A alimentar este turbocompressor encontramos um sistema elétrico auxiliar de 48 V que transforma o Mercedes-AMG SL 43 num mild-hybrid. O motor-gerador ligado por correia (BSG ou Belt driven Starter Generator) oferece um boost momentâneo de 14 cv, permite a recuperação de energia em desaceleração e ainda um «modo vela».

Se estavam à espera de mais do que os 421 cv de potência e 500 Nm oferecidos pelos A 45 S, CLA 45 S ou GLA 45 S, lamentamos desiludir-vos.

O M 139 nesta sua nova iteração no SL 43 debita 381 cv às 6750 rpm e 480 Nm entre as 3250 e as 5000 rpm — um valor ainda assim bastante elevado para os 2,0 l de capacidade deste quatro cilindros.

A AMG destaca, ao invés, a sua disponibilidade e resposta mais imediata (sem turbo-lag), consequência do pequeno motor elétrico no turbocompressor conseguir manter a pressão de sobrealimentação ideal.

Menos cilindros, mais leveza

Além do turbo elétrico, o novo Mercedes-AMG SL 43 traz outra grande novidade nesta geração (R 232) do roadster alemão: a tração traseira.

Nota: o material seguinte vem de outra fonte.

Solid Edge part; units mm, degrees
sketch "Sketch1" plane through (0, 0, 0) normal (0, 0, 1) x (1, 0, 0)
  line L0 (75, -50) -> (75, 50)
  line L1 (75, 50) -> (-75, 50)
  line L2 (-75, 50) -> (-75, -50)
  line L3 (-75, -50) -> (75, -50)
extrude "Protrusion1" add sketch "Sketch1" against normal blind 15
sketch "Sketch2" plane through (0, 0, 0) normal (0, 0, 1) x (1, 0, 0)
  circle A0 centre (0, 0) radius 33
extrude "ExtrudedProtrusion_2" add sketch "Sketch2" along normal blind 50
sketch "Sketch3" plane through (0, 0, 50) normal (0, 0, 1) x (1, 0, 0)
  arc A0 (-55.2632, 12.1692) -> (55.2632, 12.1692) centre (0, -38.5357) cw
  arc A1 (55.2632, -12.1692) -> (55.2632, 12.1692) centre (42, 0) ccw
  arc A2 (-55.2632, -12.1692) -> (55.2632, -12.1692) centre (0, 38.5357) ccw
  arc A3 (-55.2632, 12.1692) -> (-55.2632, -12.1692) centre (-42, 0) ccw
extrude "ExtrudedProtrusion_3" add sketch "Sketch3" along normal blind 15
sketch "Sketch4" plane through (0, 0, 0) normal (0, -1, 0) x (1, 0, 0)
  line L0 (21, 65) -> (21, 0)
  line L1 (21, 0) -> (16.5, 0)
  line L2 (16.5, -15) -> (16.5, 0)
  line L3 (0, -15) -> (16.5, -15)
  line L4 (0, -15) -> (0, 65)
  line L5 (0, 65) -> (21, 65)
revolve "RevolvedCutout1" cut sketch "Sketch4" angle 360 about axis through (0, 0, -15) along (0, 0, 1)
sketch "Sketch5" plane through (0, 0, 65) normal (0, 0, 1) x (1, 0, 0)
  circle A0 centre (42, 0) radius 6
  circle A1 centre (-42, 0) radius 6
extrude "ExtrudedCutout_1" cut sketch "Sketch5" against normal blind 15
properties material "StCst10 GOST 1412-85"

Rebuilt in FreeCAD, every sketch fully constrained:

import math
import FreeCAD as App
import Part
import Sketcher
Q = App.Units.Quantity


def add_polygon(sketch, points):
    """Adds a closed chain of lines whose ends are joined by coincident constraints."""
    first, n = sketch.GeometryCount, len(points)
    for a, b in zip(points, points[1:] + points[:1]):
        sketch.addGeometry(Part.LineSegment(App.Vector(*a, 0), App.Vector(*b, 0)), False)
    for i in range(n):
        sketch.addConstraint(Sketcher.Constraint("Coincident", first + i, 2, first + (i + 1) % n, 1))

doc = App.newDocument("Part")
body = doc.addObject("PartDesign::Body", "Body")

sketch1 = doc.addObject("Sketcher::SketchObject", "Sketch")
body.addObject(sketch1)
sketch1.AttachmentSupport = (doc.XY_Plane, [""])
sketch1.MapMode = "FlatFace"
add_polygon(sketch1, [(-75, -50), (75, -50), (75, 50), (-75, 50)])
sketch1.addConstraint([
    Sketcher.Constraint("Horizontal", 0),
    Sketcher.Constraint("Vertical", 1),
    Sketcher.Constraint("Horizontal", 2),
    Sketcher.Constraint("Vertical", 3),
    Sketcher.Constraint("Symmetric", 0, 2, 2, 2, -1, 1),
    Sketcher.Constraint("DistanceX", 0, 1, 0, 2, Q("150 mm")),
    Sketcher.Constraint("DistanceY", 1, 1, 1, 2, Q("100 mm")),
])
pad1 = doc.addObject("PartDesign::Pad", "Pad")
body.addObject(pad1)
pad1.Profile = sketch1
pad1.Length = 15
pad1.Reversed = True

sketch2 = doc.addObject("Sketcher::SketchObject", "Sketch001")
body.addObject(sketch2)
sketch2.AttachmentSupport = (doc.XY_Plane, [""])
sketch2.MapMode = "FlatFace"
sketch2.addGeometry(Part.Circle(App.Vector(0, 0, 0), App.Vector(0, 0, 1), 33), False)
sketch2.addConstraint([
    Sketcher.Constraint("Coincident", 0, 3, -1, 1),
    Sketcher.Constraint("Diameter", 0, Q("66 mm")),
])
pad2 = doc.addObject("PartDesign::Pad", "Pad001")
body.addObject(pad2)
pad2.Profile = sketch2
pad2.Length = 50

sketch3 = doc.addObject("Sketcher::SketchObject", "Sketch002")
body.addObject(sketch3)
sketch3.AttachmentSupport = (doc.XY_Plane, [""])
sketch3.MapMode = "FlatFace"
sketch3.AttachmentOffset = App.Placement(App.Vector(0, 0, 50), App.Rotation())
sketch3.addGeometry([
    Part.ArcOfCircle(Part.Circle(App.Vector(0, -39, 0), App.Vector(0, 0, 1), 75), math.radians(43), math.radians(137)),
    Part.ArcOfCircle(Part.Circle(App.Vector(-42, 0, 0), App.Vector(0, 0, 1), 18), math.radians(137), math.radians(223)),
    Part.ArcOfCircle(Part.Circle(App.Vector(0, 39, 0), App.Vector(0, 0, 1), 75), math.radians(-137), math.radians(-43)),
    Part.ArcOfCircle(Part.Circle(App.Vector(42, 0, 0), App.Vector(0, 0, 1), 18), math.radians(-43), math.radians(43)),
], False)
sketch3.addConstraint([
    Sketcher.Constraint("Tangent", 0, 2, 1, 1),
    Sketcher.Constraint("Tangent", 1, 2, 2, 1),
    Sketcher.Constraint("Tangent", 2, 2, 3, 1),
    Sketcher.Constraint("Tangent", 3, 2, 0, 1),
    Sketcher.Constraint("Equal", 0, 2),
    Sketcher.Constraint("Equal", 1, 3),
    Sketcher.Constraint("Symmetric", 0, 3, 2, 3, -1, 1),
    Sketcher.Constraint("PointOnObject", 0, 3, -2),
    Sketcher.Constraint("Radius", 0, Q("75 mm")),
    Sketcher.Constraint("Radius", 1, Q("18 mm")),
    Sketcher.Constraint("DistanceX", 1, 3, -1, 1, Q("42 mm")),
])
pad3 = doc.addObject("PartDesign::Pad", "Pad002")
body.addObject(pad3)
pad3.Profile = sketch3
pad3.Length = 15

sketch4 = doc.addObject("Sketcher::SketchObject", "Sketch003")
body.addObject(sketch4)
sketch4.AttachmentSupport = (doc.XZ_Plane, [""])
sketch4.MapMode = "FlatFace"
add_polygon(sketch4, [(21, 0), (21, 65), (0, 65), (0, -15), (16.5, -15), (16.5, 0)])
sketch4.addConstraint([
    Sketcher.Constraint("Vertical", 0),
    Sketcher.Constraint("Horizontal", 1),
    Sketcher.Constraint("Vertical", 2),
    Sketcher.Constraint("Horizontal", 3),
    Sketcher.Constraint("Vertical", 4),
    Sketcher.Constraint("Horizontal", 5),
    Sketcher.Constraint("PointOnObject", 1, 2, -2),
    Sketcher.Constraint("PointOnObject", 4, 2, -1),
    Sketcher.Constraint("DistanceX", 1, 2, 1, 1, Q("21 mm")),
    Sketcher.Constraint("DistanceY", 0, 1, 0, 2, Q("65 mm")),
    Sketcher.Constraint("DistanceY", 2, 2, 2, 1, Q("80 mm")),
    Sketcher.Constraint("DistanceX", 3, 1, 3, 2, Q("16.5 mm")),
])
groove = doc.addObject("PartDesign::Groove", "Groove")
body.addObject(groove)
groove.Profile = sketch4
groove.ReferenceAxis = (sketch4, ["V_Axis"])
groove.Angle = 360

sketch5 = doc.addObject("Sketcher::SketchObject", "Sketch004")
body.addObject(sketch5)
sketch5.AttachmentSupport = (doc.XY_Plane, [""])
sketch5.MapMode = "FlatFace"
sketch5.AttachmentOffset = App.Placement(App.Vector(0, 0, 65), App.Rotation())
sketch5.addGeometry([
    Part.Circle(App.Vector(42, 0, 0), App.Vector(0, 0, 1), 6),
    Part.Circle(App.Vector(-42, 0, 0), App.Vector(0, 0, 1), 6),
], False)
sketch5.addConstraint([
    Sketcher.Constraint("Equal", 0, 1),
    Sketcher.Constraint("Symmetric", 0, 3, 1, 3, -1, 1),
    Sketcher.Constraint("PointOnObject", 0, 3, -1),
    Sketcher.Constraint("Diameter", 0, Q("12 mm")),
    Sketcher.Constraint("DistanceX", -1, 1, 0, 3, Q("42 mm")),
])
pocket1 = doc.addObject("PartDesign::Pocket", "Pocket")
body.addObject(pocket1)
pocket1.Profile = sketch5
pocket1.Length = 15

doc.recompute()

Os SL 55 4MATIC+ e SL 63 4MATIC+ deram ao lendário roadster, pela primeira vez na sua história, quatro rodas motrizes, mas o SL 43 fica-se pelas duas rodas traseiras.

Mercedes-AMG SL 43

A transmissão continua a cargo da caixa automática de nove velocidades “AMG Speedshift MCT 9G”, mas o abandono do sistema de tração integral e a redução do número de cilindros refletiram-se positivamente «na balança».

Assim, enquanto os SL 55 e SL 63 «acusam», respetivamente, 1950 kg e 1970 kg, o novo SL 43 fica-se por uns mais baixos, mas ainda assim elevados, 1810 kg.

Como seria de esperar, esta maior leveza acaba por ajudar no campo das performances, com o Mercedes-AMG SL 43 a declarar 4,9s dos 0 aos 100 km/h e uma velocidade máxima de 275 km/h.

Para já a Mercedes-AMG ainda não revelou os preços do novo SL 43 nem quando é que este vai chegar ao mercado nacional.